Or est-ce qu’on peut dire que quelque chose est caché ? Non. Rien dans le discours du philanthrope de l’asile, rien n’est caché. Bien plus, si le fou s’obstine à troubler l’ordre moral et social, à ce moment-là, oui, il faut le punir. Alors on le remet en chaînes ? Oui on le remet en chaînes, souvent on le remet en chaînes. Mais sinon, Pinel s’explique avec une très grande ingénuité, et il dit à peu près - les textes donnés par Foucault sont sans équivoque - et Foucault résume, il n’interprète pas, il résume - il faut que la folie ne fasse plus peur, en revanche il faut - et c’est la base de toutes les thérapeutiques de la folie au début du XIXème - il faut que le fou ait peur. Il faut que le fou ait peur. Jamais le XVIIème siècle qui enchaînait les fous, ne s’était proposé que les fous aient peur. Je ne veux pas dire - il ne faut pas tomber dans l’inverse et dire que le XVIIème siècle c’était formidable parce que ils en voyaient des fous ! mais on ne disait pas « ce qu’il faut c’est que les fous aient peur », on les traitait comme des bêtes. Mais on avait peur d’eux et c’est pour ça qu’on les traitait comme des bêtes, parce qu’on avait peur d’eux. Tout change avec Pinel en effet : il faut que le fou lui-même ait peur, vous vous rendez compte, c’est... il n’y a pas lieu d’interpréter pour dire... c’est en effet une manière dont la bourgeoisie se rassure fondamentalement quant au problème de la folie : c’est à eux d’avoir peur, c’est pas à nous ! c’est pas à nous les normaux d’avoir peur des fous, c’est à eux d’avoir peur. Et ce thème, c’est la peur qu’ils doivent avoir de ce qui va arriver, si ils troublent l’ordre moral et social de l’hôpital.

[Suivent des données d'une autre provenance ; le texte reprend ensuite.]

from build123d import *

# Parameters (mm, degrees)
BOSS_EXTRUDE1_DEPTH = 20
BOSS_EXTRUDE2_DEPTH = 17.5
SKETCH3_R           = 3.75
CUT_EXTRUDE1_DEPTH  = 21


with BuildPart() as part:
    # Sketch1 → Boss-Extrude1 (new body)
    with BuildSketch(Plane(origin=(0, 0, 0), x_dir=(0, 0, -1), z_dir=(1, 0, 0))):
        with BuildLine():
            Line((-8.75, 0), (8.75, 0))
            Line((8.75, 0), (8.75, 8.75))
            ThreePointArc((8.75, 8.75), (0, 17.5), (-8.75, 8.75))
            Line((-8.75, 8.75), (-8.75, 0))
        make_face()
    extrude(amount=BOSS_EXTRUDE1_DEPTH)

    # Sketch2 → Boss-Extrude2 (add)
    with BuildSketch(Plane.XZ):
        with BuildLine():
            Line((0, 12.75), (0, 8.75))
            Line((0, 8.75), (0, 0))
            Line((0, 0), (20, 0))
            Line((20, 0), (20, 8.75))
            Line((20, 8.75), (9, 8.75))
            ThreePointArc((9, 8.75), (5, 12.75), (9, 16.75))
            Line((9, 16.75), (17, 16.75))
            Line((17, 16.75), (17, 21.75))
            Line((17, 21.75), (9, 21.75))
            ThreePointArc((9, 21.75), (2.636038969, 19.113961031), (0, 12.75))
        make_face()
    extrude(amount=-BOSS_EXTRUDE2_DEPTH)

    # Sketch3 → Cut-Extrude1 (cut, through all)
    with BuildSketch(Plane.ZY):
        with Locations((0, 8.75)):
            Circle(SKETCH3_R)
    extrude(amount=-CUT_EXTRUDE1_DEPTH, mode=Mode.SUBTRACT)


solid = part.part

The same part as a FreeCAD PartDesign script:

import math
import FreeCAD as App
import Part
import Sketcher
from FreeCAD import Vector

doc = App.newDocument("Part")
body = doc.addObject("PartDesign::Body", "Body")

# Sketch on YZ plane
sketch1 = body.newObject("Sketcher::SketchObject", "Sketch")
sketch1.AttachmentSupport = (doc.getObject("YZ_Plane"), [""])
sketch1.MapMode = "FlatFace"
sketch1.addGeometry(Part.LineSegment(Vector(0, 8.75, 0), Vector(0, -8.75, 0)), False)
sketch1.addGeometry(Part.LineSegment(Vector(0, -8.75, 0), Vector(8.75, -8.75, 0)), False)
sketch1.addGeometry(Part.ArcOfCircle(Part.Circle(Vector(8.75, 0, 0), Vector(0, 0, 1), 8.75), math.radians(-90), math.radians(90)), False)
sketch1.addGeometry(Part.LineSegment(Vector(8.75, 8.75, 0), Vector(0, 8.75, 0)), False)
sketch1.addConstraint(Sketcher.Constraint("Coincident", 0, 2, 1, 1))
sketch1.addConstraint(Sketcher.Constraint("Tangent", 1, 2, 2, 1))
sketch1.addConstraint(Sketcher.Constraint("Tangent", 2, 2, 3, 1))
sketch1.addConstraint(Sketcher.Constraint("Coincident", 3, 2, 0, 1))
sketch1.addConstraint(Sketcher.Constraint("Vertical", 0))
sketch1.addConstraint(Sketcher.Constraint("Horizontal", 1))
sketch1.addConstraint(Sketcher.Constraint("Horizontal", 3))
sketch1.addConstraint(Sketcher.Constraint("Symmetric", 0, 2, 3, 2, -1, 1))
sketch1.addConstraint(Sketcher.Constraint("Radius", 2, 8.75))
sketch1.addConstraint(Sketcher.Constraint("DistanceX", 1, 1, 1, 2, 8.75))
pad1 = body.newObject("PartDesign::Pad", "Pad")
pad1.Profile = sketch1
pad1.Length = 20

# Sketch on XZ plane
sketch2 = body.newObject("Sketcher::SketchObject", "Sketch001")
sketch2.AttachmentSupport = (doc.getObject("XZ_Plane"), [""])
sketch2.MapMode = "FlatFace"
sketch2.addGeometry(Part.LineSegment(Vector(0, 12.75, 0), Vector(0, 0, 0)), False)
sketch2.addGeometry(Part.LineSegment(Vector(0, 0, 0), Vector(20, 0, 0)), False)
sketch2.addGeometry(Part.LineSegment(Vector(20, 0, 0), Vector(20, 8.75, 0)), False)
sketch2.addGeometry(Part.LineSegment(Vector(20, 8.75, 0), Vector(9, 8.75, 0)), False)
sketch2.addGeometry(Part.ArcOfCircle(Part.Circle(Vector(9, 12.75, 0), Vector(0, 0, 1), 4), math.radians(90), math.radians(270)), False)
sketch2.addGeometry(Part.LineSegment(Vector(9, 16.75, 0), Vector(17, 16.75, 0)), False)
sketch2.addGeometry(Part.LineSegment(Vector(17, 16.75, 0), Vector(17, 21.75, 0)), False)
sketch2.addGeometry(Part.LineSegment(Vector(17, 21.75, 0), Vector(9, 21.75, 0)), False)
sketch2.addGeometry(Part.ArcOfCircle(Part.Circle(Vector(9, 12.75, 0), Vector(0, 0, 1), 9), math.radians(90), math.radians(180)), False)
sketch2.addConstraint(Sketcher.Constraint("Coincident", 0, 2, 1, 1))
sketch2.addConstraint(Sketcher.Constraint("Coincident", 1, 2, 2, 1))
sketch2.addConstraint(Sketcher.Constraint("Coincident", 2, 2, 3, 1))
sketch2.addConstraint(Sketcher.Constraint("Tangent", 3, 2, 4, 2))
sketch2.addConstraint(Sketcher.Constraint("Tangent", 4, 1, 5, 1))
sketch2.addConstraint(Sketcher.Constraint("Coincident", 5, 2, 6, 1))
sketch2.addConstraint(Sketcher.Constraint("Coincident", 6, 2, 7, 1))
sketch2.addConstraint(Sketcher.Constraint("Tangent", 7, 2, 8, 1))
sketch2.addConstraint(Sketcher.Constraint("Tangent", 8, 2, 0, 1))
sketch2.addConstraint(Sketcher.Constraint("Vertical", 0))
sketch2.addConstraint(Sketcher.Constraint("Horizontal", 1))
sketch2.addConstraint(Sketcher.Constraint("Vertical", 2))
sketch2.addConstraint(Sketcher.Constraint("Horizontal", 3))
sketch2.addConstraint(Sketcher.Constraint("Horizontal", 5))
sketch2.addConstraint(Sketcher.Constraint("Vertical", 6))
sketch2.addConstraint(Sketcher.Constraint("Horizontal", 7))
sketch2.addConstraint(Sketcher.Constraint("Coincident", 0, 2, -1, 1))
sketch2.addConstraint(Sketcher.Constraint("Coincident", 8, 3, 4, 3))
sketch2.addConstraint(Sketcher.Constraint("Radius", 4, 4.0))
sketch2.addConstraint(Sketcher.Constraint("Radius", 8, 9.0))
sketch2.addConstraint(Sketcher.Constraint("DistanceX", 1, 1, 1, 2, 20.0))
sketch2.addConstraint(Sketcher.Constraint("DistanceX", 5, 1, 5, 2, 8.0))
sketch2.addConstraint(Sketcher.Constraint("DistanceY", 0, 2, 0, 1, 12.75))
pad2 = body.newObject("PartDesign::Pad", "Pad001")
pad2.Profile = sketch2
pad2.Length = 17.5
pad2.Reversed = True

# Sketch on YZ plane
sketch3 = body.newObject("Sketcher::SketchObject", "Sketch002")
sketch3.AttachmentSupport = (doc.getObject("YZ_Plane"), [""])
sketch3.MapMode = "FlatFace"
sketch3.addGeometry(Part.Circle(Vector(8.75, 0, 0), Vector(0, 0, 1), 3.75), False)
sketch3.addConstraint(Sketcher.Constraint("PointOnObject", 0, 3, -1))
sketch3.addConstraint(Sketcher.Constraint("Diameter", 0, 7.5))
sketch3.addConstraint(Sketcher.Constraint("DistanceX", -1, 1, 0, 3, 8.75))
pocket1 = body.newObject("PartDesign::Pocket", "Pocket")
pocket1.Profile = sketch3
pocket1.Type = "ThroughAll"
pocket1.Reversed = True

doc.recompute()
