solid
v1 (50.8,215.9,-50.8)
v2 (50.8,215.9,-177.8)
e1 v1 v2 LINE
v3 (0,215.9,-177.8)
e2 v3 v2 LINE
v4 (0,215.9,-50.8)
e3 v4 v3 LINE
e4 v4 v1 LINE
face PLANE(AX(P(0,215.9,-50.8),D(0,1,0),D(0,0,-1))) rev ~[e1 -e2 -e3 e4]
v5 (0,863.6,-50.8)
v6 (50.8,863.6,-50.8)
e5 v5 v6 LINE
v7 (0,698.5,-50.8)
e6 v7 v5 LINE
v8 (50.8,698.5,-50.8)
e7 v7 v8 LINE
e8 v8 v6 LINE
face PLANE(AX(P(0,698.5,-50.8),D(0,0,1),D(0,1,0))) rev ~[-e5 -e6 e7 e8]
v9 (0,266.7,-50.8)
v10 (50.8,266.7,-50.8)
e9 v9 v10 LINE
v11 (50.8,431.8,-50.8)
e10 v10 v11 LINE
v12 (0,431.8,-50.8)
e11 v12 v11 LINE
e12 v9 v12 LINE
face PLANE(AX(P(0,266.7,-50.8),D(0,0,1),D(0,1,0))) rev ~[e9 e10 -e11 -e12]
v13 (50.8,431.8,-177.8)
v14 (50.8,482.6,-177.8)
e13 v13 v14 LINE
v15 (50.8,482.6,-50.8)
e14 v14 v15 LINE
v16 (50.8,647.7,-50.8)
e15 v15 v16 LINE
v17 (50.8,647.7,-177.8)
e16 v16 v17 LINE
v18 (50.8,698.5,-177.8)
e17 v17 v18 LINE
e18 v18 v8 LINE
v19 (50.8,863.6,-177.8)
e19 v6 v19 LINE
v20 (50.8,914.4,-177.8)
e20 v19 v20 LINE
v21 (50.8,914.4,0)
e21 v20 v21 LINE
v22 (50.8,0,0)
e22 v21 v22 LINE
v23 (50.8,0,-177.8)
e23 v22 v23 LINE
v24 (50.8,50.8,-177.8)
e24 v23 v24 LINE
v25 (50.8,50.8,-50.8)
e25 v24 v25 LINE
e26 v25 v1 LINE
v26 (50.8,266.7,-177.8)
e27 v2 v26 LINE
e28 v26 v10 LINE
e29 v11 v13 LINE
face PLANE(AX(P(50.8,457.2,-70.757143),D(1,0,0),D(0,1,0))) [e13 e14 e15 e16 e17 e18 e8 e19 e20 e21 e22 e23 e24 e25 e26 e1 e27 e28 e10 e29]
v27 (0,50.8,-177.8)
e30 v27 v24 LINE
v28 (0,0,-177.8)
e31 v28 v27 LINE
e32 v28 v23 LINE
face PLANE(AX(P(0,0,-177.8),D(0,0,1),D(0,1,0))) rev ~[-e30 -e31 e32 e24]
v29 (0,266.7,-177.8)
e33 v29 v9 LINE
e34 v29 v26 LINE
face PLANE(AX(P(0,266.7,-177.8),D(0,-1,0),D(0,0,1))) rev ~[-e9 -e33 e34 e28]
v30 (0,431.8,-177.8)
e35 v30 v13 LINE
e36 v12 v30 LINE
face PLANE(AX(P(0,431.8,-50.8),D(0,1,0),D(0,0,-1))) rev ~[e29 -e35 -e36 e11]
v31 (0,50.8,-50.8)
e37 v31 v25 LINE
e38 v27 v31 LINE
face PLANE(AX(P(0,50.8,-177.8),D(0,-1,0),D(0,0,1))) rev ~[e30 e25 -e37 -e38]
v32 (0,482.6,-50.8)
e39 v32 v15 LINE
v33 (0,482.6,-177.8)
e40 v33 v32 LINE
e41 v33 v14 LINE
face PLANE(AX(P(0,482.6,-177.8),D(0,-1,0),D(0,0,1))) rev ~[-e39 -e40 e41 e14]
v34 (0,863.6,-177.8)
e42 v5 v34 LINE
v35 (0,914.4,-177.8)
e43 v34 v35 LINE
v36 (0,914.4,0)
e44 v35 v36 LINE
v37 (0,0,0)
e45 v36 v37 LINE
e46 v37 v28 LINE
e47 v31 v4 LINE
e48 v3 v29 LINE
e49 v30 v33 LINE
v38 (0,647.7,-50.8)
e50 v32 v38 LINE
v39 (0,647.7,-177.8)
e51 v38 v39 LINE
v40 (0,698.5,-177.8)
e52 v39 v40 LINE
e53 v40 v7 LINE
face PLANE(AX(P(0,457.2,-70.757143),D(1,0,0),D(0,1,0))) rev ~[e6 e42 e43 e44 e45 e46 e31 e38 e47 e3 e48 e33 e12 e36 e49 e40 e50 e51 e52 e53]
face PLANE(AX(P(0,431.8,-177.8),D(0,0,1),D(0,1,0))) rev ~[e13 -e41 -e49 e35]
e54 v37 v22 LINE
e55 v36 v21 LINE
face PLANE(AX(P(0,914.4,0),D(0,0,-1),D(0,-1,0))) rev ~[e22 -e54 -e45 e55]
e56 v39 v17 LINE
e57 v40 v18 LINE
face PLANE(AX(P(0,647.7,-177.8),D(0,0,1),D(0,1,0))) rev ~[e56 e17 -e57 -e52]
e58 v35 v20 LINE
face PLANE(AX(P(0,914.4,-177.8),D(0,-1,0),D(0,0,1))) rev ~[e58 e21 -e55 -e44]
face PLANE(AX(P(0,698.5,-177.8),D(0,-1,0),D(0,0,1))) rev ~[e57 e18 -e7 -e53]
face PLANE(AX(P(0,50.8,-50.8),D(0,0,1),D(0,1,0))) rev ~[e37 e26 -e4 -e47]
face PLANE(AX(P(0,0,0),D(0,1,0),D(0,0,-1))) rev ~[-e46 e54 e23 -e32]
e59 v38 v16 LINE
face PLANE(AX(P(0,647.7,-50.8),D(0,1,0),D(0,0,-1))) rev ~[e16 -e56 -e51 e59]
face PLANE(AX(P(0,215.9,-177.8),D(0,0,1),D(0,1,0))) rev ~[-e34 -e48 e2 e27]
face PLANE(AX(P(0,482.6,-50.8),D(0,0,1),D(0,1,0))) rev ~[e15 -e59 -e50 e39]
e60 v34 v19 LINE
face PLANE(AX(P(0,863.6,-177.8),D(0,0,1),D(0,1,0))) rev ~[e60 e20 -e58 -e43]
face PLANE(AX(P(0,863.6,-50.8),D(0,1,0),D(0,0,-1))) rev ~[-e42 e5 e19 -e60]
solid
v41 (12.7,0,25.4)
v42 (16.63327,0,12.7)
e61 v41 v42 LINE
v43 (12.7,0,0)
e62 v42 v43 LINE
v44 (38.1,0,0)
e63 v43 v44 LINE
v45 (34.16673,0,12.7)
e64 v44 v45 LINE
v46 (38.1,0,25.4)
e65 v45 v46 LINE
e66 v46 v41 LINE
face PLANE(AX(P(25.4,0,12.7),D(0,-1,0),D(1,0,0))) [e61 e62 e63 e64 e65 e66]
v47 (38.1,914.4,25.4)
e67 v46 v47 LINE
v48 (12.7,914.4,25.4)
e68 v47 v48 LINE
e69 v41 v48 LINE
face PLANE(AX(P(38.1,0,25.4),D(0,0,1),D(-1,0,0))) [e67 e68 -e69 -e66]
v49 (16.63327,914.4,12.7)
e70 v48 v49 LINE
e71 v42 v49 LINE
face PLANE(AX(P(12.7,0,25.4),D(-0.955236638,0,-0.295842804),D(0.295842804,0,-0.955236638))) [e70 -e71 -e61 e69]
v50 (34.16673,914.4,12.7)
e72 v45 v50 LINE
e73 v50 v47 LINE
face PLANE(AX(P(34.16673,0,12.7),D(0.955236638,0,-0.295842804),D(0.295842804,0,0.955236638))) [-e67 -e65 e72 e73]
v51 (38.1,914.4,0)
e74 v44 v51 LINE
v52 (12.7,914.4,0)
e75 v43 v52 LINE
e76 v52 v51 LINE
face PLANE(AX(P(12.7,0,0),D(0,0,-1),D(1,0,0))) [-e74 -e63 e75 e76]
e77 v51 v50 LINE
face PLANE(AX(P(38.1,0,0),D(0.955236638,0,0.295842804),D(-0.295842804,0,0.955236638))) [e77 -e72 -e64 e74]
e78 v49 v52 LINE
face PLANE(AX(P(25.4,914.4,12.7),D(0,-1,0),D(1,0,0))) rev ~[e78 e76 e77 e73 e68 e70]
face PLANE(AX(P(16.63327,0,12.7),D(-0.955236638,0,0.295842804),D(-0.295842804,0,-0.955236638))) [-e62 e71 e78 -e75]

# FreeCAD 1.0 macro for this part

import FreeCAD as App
import Part
import Sketcher

V = App.Vector
Q = App.Units.Quantity

doc = App.newDocument("Part")
body = doc.addObject("PartDesign::Body", "Body")

# Sketch on YZ plane
sketch1 = body.newObject("Sketcher::SketchObject", "Sketch")
sketch1.AttachmentSupport = (doc.getObject("YZ_Plane"), [""])
sketch1.MapMode = "FlatFace"
sketch1.addGeometry([
    Part.LineSegment(V(914, 0, 0), V(0, 0, 0)),  # 0
    Part.LineSegment(V(0, 0, 0), V(0, -178, 0)),  # 1
    Part.LineSegment(V(0, -178, 0), V(51, -178, 0)),  # 2
    Part.LineSegment(V(51, -178, 0), V(51, -51, 0)),  # 3
    Part.LineSegment(V(51, -51, 0), V(216, -51, 0)),  # 4
    Part.LineSegment(V(216, -51, 0), V(216, -178, 0)),  # 5
    Part.LineSegment(V(216, -178, 0), V(267, -178, 0)),  # 6
    Part.LineSegment(V(267, -178, 0), V(267, -51, 0)),  # 7
    Part.LineSegment(V(267, -51, 0), V(432, -51, 0)),  # 8
    Part.LineSegment(V(432, -51, 0), V(432, -178, 0)),  # 9
    Part.LineSegment(V(432, -178, 0), V(483, -178, 0)),  # 10
    Part.LineSegment(V(483, -178, 0), V(483, -51, 0)),  # 11
    Part.LineSegment(V(483, -51, 0), V(648, -51, 0)),  # 12
    Part.LineSegment(V(648, -51, 0), V(648, -178, 0)),  # 13
    Part.LineSegment(V(648, -178, 0), V(698, -178, 0)),  # 14
    Part.LineSegment(V(698, -178, 0), V(698, -51, 0)),  # 15
    Part.LineSegment(V(698, -51, 0), V(864, -51, 0)),  # 16
    Part.LineSegment(V(864, -51, 0), V(864, -178, 0)),  # 17
    Part.LineSegment(V(864, -178, 0), V(914, -178, 0)),  # 18
    Part.LineSegment(V(914, -178, 0), V(914, 0, 0)),  # 19
], False)
sketch1.addConstraint([
    Sketcher.Constraint("Coincident", 0, 2, 1, 1),
    Sketcher.Constraint("Coincident", 1, 2, 2, 1),
    Sketcher.Constraint("Coincident", 2, 2, 3, 1),
    Sketcher.Constraint("Coincident", 3, 2, 4, 1),
    Sketcher.Constraint("Coincident", 4, 2, 5, 1),
    Sketcher.Constraint("Coincident", 5, 2, 6, 1),
    Sketcher.Constraint("Coincident", 6, 2, 7, 1),
    Sketcher.Constraint("Coincident", 7, 2, 8, 1),
    Sketcher.Constraint("Coincident", 8, 2, 9, 1),
    Sketcher.Constraint("Coincident", 9, 2, 10, 1),
    Sketcher.Constraint("Coincident", 10, 2, 11, 1),
    Sketcher.Constraint("Coincident", 11, 2, 12, 1),
    Sketcher.Constraint("Coincident", 12, 2, 13, 1),
    Sketcher.Constraint("Coincident", 13, 2, 14, 1),
    Sketcher.Constraint("Coincident", 14, 2, 15, 1),
    Sketcher.Constraint("Coincident", 15, 2, 16, 1),
    Sketcher.Constraint("Coincident", 16, 2, 17, 1),
    Sketcher.Constraint("Coincident", 17, 2, 18, 1),
    Sketcher.Constraint("Coincident", 18, 2, 19, 1),
    Sketcher.Constraint("Coincident", 19, 2, 0, 1),
    Sketcher.Constraint("Horizontal", 0),
    Sketcher.Constraint("Vertical", 1),
    Sketcher.Constraint("Horizontal", 2),
    Sketcher.Constraint("Vertical", 3),
    Sketcher.Constraint("Horizontal", 4),
    Sketcher.Constraint("Vertical", 5),
    Sketcher.Constraint("Horizontal", 6),
    Sketcher.Constraint("Vertical", 7),
    Sketcher.Constraint("Horizontal", 8),
    Sketcher.Constraint("Vertical", 9),
    Sketcher.Constraint("Horizontal", 10),
    Sketcher.Constraint("Vertical", 11),
    Sketcher.Constraint("Horizontal", 12),
    Sketcher.Constraint("Vertical", 13),
    Sketcher.Constraint("Horizontal", 14),
    Sketcher.Constraint("Vertical", 15),
    Sketcher.Constraint("Horizontal", 16),
    Sketcher.Constraint("Vertical", 17),
    Sketcher.Constraint("Horizontal", 18),
    Sketcher.Constraint("Vertical", 19),
    Sketcher.Constraint("Coincident", 0, 2, -1, 1),
    Sketcher.Constraint("Horizontal", 2, 2, 5, 2),
    Sketcher.Constraint("Horizontal", 4, 2, 7, 2),
    Sketcher.Constraint("Horizontal", 6, 2, 9, 2),
    Sketcher.Constraint("Horizontal", 8, 2, 11, 2),
    Sketcher.Constraint("Horizontal", 10, 2, 13, 2),
    Sketcher.Constraint("Horizontal", 12, 2, 15, 2),
    Sketcher.Constraint("Horizontal", 14, 2, 17, 2),
    Sketcher.Constraint("Equal", 2, 6),
    Sketcher.Constraint("Equal", 4, 8),
    Sketcher.Constraint("Equal", 6, 10),
    Sketcher.Constraint("Equal", 8, 12),
    Sketcher.Constraint("Equal", 10, 14),
    Sketcher.Constraint("Equal", 12, 16),
    Sketcher.Constraint("Equal", 14, 18),
    Sketcher.Constraint("DistanceX", 0, 2, 0, 1, Q("36 in")),
    Sketcher.Constraint("DistanceX", 2, 1, 2, 2, Q("2 in")),
    Sketcher.Constraint("DistanceY", 1, 2, 1, 1, Q("7 in")),
    Sketcher.Constraint("DistanceY", 3, 1, 3, 2, Q("5 in")),
])
pad1 = body.newObject("PartDesign::Pad", "Pad")
pad1.Profile = sketch1
pad1.Length = Q("2 in")
body2 = doc.addObject("PartDesign::Body", "Body001")

# Sketch on XZ plane
sketch2 = body2.newObject("Sketcher::SketchObject", "Sketch001")
sketch2.AttachmentSupport = (doc.getObject("XZ_Plane001"), [""])
sketch2.MapMode = "FlatFace"
sketch2.addGeometry([
    Part.LineSegment(V(17, 13, 0), V(13, 0, 0)),  # 0
    Part.LineSegment(V(13, 0, 0), V(38, 0, 0)),  # 1
    Part.LineSegment(V(38, 0, 0), V(34, 13, 0)),  # 2
    Part.LineSegment(V(34, 13, 0), V(38, 25, 0)),  # 3
    Part.LineSegment(V(38, 25, 0), V(13, 25, 0)),  # 4
    Part.LineSegment(V(13, 25, 0), V(17, 13, 0)),  # 5
], False)
sketch2.addConstraint([
    Sketcher.Constraint("Coincident", 0, 2, 1, 1),
    Sketcher.Constraint("Coincident", 1, 2, 2, 1),
    Sketcher.Constraint("Coincident", 2, 2, 3, 1),
    Sketcher.Constraint("Coincident", 3, 2, 4, 1),
    Sketcher.Constraint("Coincident", 4, 2, 5, 1),
    Sketcher.Constraint("Coincident", 5, 2, 0, 1),
    Sketcher.Constraint("Horizontal", 1),
    Sketcher.Constraint("Horizontal", 4),
    Sketcher.Constraint("PointOnObject", 0, 2, -1),
    Sketcher.Constraint("Parallel", 0, 3),
    Sketcher.Constraint("Parallel", 2, 5),
    Sketcher.Constraint("Horizontal", 2, 2, 5, 2),
    Sketcher.Constraint("Vertical", 1, 2, 3, 2),
    Sketcher.Constraint("Vertical", 0, 2, 4, 2),
    Sketcher.Constraint("DistanceX", 1, 1, 1, 2, Q("1 in")),
    Sketcher.Constraint("DistanceY", -1, 1, 3, 2, Q("1 in")),
    Sketcher.Constraint("DistanceX", -1, 1, 0, 2, Q("0.5 in")),
    Sketcher.Constraint("DistanceX", -1, 1, 2, 2, Q("34.16673 mm")),
])
pad2 = body2.newObject("PartDesign::Pad", "Pad001")
pad2.Profile = sketch2
pad2.Length = Q("36 in")
pad2.Reversed = True

doc.recompute()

Et toute la réglementation, tous les énoncés sur la folie vont porter là-dessus : une échelle de sanctions, le fou devant vivre dans la peur qui va l’empêcher précisément de troubler l’ordre moral et l’ordre social. Alors cette échelle de sanctions ça va d’une douche, qui n’est pas du tout présentée par Pinel comme un moyen thérapeutique, elle est présentée comme un moyen de faire peur. La soudaineté de la punition ! Essentiel que la punition soit soudaine ; et là les énoncés disent tout, par exemple, chez tous les soignants de l’époque vous avez un fou qui prend un caillou en se promenant, le surveillant et là et le regarde - il faut que le fou soit constamment surveillé - il prend son caillou là et le surveillant lui dit : « attention hein ! Qu’est-ce que tu as là dans la main ? Lâche le caillou... ». S’il garde le caillou... Il faut qu’il ait peur : la prochaine fois, il ne ramassera pas le caillou, il aura compris qu’il ne faut pas ramasser le caillou. Il n’est plus coupable d’être fou d’accord, ah oui... mais attention ! Il est innocent, complètement ! mais il est responsable des troubles de l’ordre public, c’est-à-dire de l’ordre moral et social qu’il entraîne. Il ramasse un caillou : mais c’est un trouble ça. Ça trouble l’ordre social... bon, et bien s’il ne le lâche pas, il y passe. Et la soudaineté de la punition, encore une fois, est un facteur essentiel. Voilà.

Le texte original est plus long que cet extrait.